— WHAT NEEDS TO BE DONE —
Transcribe the data below verbatim from the line with "#274=ADVANCED_FACE('',(#273),#43,.F.);" to the line with "#303=PLANE('',#302);". Include both of those lines.

━━ DATA PROVIDED

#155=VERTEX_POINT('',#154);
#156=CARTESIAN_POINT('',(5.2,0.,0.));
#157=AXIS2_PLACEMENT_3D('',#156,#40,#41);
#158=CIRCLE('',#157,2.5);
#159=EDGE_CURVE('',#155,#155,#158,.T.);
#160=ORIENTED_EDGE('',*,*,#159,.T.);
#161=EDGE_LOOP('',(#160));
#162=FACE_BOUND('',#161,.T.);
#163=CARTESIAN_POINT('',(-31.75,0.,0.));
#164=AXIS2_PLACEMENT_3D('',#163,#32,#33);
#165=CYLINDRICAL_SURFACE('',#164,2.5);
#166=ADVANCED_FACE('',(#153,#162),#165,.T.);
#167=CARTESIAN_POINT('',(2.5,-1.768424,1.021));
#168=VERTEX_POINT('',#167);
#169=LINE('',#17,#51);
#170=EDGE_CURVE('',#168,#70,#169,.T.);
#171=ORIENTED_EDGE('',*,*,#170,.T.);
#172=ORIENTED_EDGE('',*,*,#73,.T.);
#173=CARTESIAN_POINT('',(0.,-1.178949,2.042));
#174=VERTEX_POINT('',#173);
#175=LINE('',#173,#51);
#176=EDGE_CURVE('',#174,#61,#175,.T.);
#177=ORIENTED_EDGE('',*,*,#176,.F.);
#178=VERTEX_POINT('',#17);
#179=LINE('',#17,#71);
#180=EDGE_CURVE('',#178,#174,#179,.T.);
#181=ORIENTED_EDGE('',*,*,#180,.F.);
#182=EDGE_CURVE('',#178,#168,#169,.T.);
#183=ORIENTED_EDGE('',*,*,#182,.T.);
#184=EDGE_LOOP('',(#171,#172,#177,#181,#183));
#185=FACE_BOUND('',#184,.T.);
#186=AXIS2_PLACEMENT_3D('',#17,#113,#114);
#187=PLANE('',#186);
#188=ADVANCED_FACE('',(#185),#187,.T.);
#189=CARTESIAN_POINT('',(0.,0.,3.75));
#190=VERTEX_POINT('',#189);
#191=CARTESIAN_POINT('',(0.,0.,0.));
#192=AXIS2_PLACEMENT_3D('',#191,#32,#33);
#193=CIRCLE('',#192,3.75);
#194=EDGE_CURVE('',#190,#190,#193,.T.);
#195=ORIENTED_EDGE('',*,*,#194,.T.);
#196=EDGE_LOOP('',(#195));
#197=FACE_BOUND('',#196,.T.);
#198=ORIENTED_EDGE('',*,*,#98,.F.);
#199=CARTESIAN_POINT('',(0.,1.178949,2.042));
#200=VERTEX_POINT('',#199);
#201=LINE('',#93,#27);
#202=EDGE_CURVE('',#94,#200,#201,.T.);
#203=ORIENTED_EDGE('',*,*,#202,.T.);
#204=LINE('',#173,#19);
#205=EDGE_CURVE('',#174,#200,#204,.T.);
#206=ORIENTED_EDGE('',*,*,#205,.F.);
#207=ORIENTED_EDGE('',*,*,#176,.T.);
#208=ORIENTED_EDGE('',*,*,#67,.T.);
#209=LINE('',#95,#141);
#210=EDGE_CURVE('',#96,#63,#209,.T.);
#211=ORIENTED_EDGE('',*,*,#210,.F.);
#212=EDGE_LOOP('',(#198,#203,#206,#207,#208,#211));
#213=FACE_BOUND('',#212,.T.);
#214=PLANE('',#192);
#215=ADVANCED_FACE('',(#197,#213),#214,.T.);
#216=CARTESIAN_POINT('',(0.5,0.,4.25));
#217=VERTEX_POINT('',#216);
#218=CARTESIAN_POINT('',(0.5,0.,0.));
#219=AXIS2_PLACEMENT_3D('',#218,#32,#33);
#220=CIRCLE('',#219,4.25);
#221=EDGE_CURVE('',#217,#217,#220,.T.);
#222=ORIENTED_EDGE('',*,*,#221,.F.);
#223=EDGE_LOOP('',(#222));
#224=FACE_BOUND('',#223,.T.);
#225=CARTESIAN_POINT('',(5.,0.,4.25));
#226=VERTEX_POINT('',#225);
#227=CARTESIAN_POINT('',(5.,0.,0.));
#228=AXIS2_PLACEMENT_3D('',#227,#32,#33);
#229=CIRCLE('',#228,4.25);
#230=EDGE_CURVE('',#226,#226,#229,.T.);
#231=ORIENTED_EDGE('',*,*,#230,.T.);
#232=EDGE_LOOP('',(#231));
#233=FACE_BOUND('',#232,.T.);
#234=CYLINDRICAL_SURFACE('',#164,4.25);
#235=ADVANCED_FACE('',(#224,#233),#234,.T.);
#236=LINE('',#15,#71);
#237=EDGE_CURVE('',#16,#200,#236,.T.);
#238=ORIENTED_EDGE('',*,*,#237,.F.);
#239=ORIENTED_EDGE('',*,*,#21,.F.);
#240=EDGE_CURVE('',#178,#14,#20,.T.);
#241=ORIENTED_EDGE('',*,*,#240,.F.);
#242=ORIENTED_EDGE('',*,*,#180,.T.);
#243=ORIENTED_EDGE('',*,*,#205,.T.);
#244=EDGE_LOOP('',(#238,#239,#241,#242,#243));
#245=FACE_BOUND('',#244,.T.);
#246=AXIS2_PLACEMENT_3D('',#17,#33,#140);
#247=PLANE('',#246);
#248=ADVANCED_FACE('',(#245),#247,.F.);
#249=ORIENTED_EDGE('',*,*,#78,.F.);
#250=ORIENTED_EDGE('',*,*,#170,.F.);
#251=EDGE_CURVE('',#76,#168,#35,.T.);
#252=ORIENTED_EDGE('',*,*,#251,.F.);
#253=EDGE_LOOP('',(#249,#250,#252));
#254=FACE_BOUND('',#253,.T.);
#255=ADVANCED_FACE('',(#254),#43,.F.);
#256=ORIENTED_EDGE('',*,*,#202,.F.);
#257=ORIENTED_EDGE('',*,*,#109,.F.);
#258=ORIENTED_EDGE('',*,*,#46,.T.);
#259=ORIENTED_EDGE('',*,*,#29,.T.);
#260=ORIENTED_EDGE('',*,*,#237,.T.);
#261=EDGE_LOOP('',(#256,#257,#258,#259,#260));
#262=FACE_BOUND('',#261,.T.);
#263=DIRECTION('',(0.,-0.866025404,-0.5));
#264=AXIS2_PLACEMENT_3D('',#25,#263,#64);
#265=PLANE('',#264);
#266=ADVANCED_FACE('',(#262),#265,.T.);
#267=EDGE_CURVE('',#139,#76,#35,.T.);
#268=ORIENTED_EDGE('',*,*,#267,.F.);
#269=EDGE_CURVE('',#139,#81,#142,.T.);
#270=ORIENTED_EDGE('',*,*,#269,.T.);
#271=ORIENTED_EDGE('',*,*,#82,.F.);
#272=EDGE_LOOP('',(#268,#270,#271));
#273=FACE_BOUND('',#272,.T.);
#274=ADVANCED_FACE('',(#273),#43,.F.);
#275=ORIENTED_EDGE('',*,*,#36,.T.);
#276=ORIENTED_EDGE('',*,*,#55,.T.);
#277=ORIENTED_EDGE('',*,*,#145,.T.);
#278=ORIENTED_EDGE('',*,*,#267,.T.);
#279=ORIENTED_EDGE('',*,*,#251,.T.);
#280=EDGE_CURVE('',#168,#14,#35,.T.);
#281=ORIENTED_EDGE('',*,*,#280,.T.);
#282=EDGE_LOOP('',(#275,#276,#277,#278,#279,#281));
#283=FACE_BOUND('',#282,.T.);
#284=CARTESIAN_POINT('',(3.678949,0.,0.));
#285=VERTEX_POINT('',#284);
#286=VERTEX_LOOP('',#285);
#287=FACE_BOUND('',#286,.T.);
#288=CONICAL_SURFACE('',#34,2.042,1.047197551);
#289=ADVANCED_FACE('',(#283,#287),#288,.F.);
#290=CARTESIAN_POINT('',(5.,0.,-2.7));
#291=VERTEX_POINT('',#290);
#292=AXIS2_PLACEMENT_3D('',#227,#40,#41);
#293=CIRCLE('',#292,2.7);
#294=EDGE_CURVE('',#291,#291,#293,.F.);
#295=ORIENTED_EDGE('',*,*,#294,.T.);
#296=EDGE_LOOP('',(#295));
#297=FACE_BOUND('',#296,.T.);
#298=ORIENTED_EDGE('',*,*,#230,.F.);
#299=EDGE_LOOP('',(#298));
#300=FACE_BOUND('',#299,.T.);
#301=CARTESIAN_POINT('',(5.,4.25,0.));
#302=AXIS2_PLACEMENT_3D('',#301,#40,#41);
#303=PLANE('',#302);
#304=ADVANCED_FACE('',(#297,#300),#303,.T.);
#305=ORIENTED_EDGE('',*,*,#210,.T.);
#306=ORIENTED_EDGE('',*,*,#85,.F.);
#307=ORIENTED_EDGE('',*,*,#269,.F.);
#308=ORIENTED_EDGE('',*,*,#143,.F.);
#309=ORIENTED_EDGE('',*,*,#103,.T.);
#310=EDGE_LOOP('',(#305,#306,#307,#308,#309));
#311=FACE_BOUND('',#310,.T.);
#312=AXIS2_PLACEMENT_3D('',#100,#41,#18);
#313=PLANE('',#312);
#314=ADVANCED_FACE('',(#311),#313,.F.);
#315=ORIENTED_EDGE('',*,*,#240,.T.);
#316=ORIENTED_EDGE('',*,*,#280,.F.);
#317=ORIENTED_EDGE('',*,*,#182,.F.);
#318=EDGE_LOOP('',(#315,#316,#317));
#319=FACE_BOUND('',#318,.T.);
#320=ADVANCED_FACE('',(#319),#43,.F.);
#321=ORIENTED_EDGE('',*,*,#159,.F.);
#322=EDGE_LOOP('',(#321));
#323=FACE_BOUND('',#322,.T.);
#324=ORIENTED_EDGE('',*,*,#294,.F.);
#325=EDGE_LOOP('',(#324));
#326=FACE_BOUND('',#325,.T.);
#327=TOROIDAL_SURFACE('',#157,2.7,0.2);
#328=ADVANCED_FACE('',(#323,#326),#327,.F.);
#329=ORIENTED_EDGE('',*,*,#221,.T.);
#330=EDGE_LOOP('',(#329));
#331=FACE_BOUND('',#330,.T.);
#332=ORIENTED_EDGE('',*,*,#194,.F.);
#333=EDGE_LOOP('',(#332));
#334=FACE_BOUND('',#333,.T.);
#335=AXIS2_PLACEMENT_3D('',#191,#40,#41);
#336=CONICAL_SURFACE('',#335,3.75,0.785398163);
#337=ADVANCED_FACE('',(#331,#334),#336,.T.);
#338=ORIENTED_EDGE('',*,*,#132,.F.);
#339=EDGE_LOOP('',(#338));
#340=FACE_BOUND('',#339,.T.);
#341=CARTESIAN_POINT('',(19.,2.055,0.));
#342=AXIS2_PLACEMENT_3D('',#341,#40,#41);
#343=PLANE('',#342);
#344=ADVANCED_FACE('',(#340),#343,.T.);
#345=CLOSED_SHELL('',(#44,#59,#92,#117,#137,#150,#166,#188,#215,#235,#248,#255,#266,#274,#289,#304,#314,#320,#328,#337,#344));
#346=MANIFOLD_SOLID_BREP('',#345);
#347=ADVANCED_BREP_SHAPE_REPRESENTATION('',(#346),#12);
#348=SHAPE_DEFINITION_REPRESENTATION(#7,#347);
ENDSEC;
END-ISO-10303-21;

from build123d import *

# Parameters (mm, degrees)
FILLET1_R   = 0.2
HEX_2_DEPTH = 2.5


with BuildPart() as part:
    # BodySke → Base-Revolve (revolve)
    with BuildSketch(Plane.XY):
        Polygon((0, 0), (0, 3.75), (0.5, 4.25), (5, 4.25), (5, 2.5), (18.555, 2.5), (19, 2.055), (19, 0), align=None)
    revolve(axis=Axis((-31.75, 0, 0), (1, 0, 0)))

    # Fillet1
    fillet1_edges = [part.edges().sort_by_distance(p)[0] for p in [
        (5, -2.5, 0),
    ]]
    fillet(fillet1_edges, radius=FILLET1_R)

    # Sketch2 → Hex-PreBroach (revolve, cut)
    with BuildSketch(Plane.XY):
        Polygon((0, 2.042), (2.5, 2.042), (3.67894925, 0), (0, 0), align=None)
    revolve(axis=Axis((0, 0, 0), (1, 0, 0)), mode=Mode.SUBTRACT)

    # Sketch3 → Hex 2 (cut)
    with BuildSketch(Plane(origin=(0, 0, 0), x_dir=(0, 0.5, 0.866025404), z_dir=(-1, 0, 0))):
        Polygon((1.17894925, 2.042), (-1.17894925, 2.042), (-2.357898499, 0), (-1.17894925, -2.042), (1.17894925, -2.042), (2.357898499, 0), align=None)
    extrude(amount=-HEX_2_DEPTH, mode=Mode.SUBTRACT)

━━━━

— EXERCISE RESPONSE —
#274=ADVANCED_FACE('',(#273),#43,.F.);
#275=ORIENTED_EDGE('',*,*,#36,.T.);
#276=ORIENTED_EDGE('',*,*,#55,.T.);
#277=ORIENTED_EDGE('',*,*,#145,.T.);
#278=ORIENTED_EDGE('',*,*,#267,.T.);
#279=ORIENTED_EDGE('',*,*,#251,.T.);
#280=EDGE_CURVE('',#168,#14,#35,.T.);
#281=ORIENTED_EDGE('',*,*,#280,.T.);
#282=EDGE_LOOP('',(#275,#276,#277,#278,#279,#281));
#283=FACE_BOUND('',#282,.T.);
#284=CARTESIAN_POINT('',(3.678949,0.,0.));
#285=VERTEX_POINT('',#284);
#286=VERTEX_LOOP('',#285);
#287=FACE_BOUND('',#286,.T.);
#288=CONICAL_SURFACE('',#34,2.042,1.047197551);
#289=ADVANCED_FACE('',(#283,#287),#288,.F.);
#290=CARTESIAN_POINT('',(5.,0.,-2.7));
#291=VERTEX_POINT('',#290);
#292=AXIS2_PLACEMENT_3D('',#227,#40,#41);
#293=CIRCLE('',#292,2.7);
#294=EDGE_CURVE('',#291,#291,#293,.F.);
#295=ORIENTED_EDGE('',*,*,#294,.T.);
#296=EDGE_LOOP('',(#295));
#297=FACE_BOUND('',#296,.T.);
#298=ORIENTED_EDGE('',*,*,#230,.F.);
#299=EDGE_LOOP('',(#298));
#300=FACE_BOUND('',#299,.T.);
#301=CARTESIAN_POINT('',(5.,4.25,0.));
#302=AXIS2_PLACEMENT_3D('',#301,#40,#41);
#303=PLANE('',#302);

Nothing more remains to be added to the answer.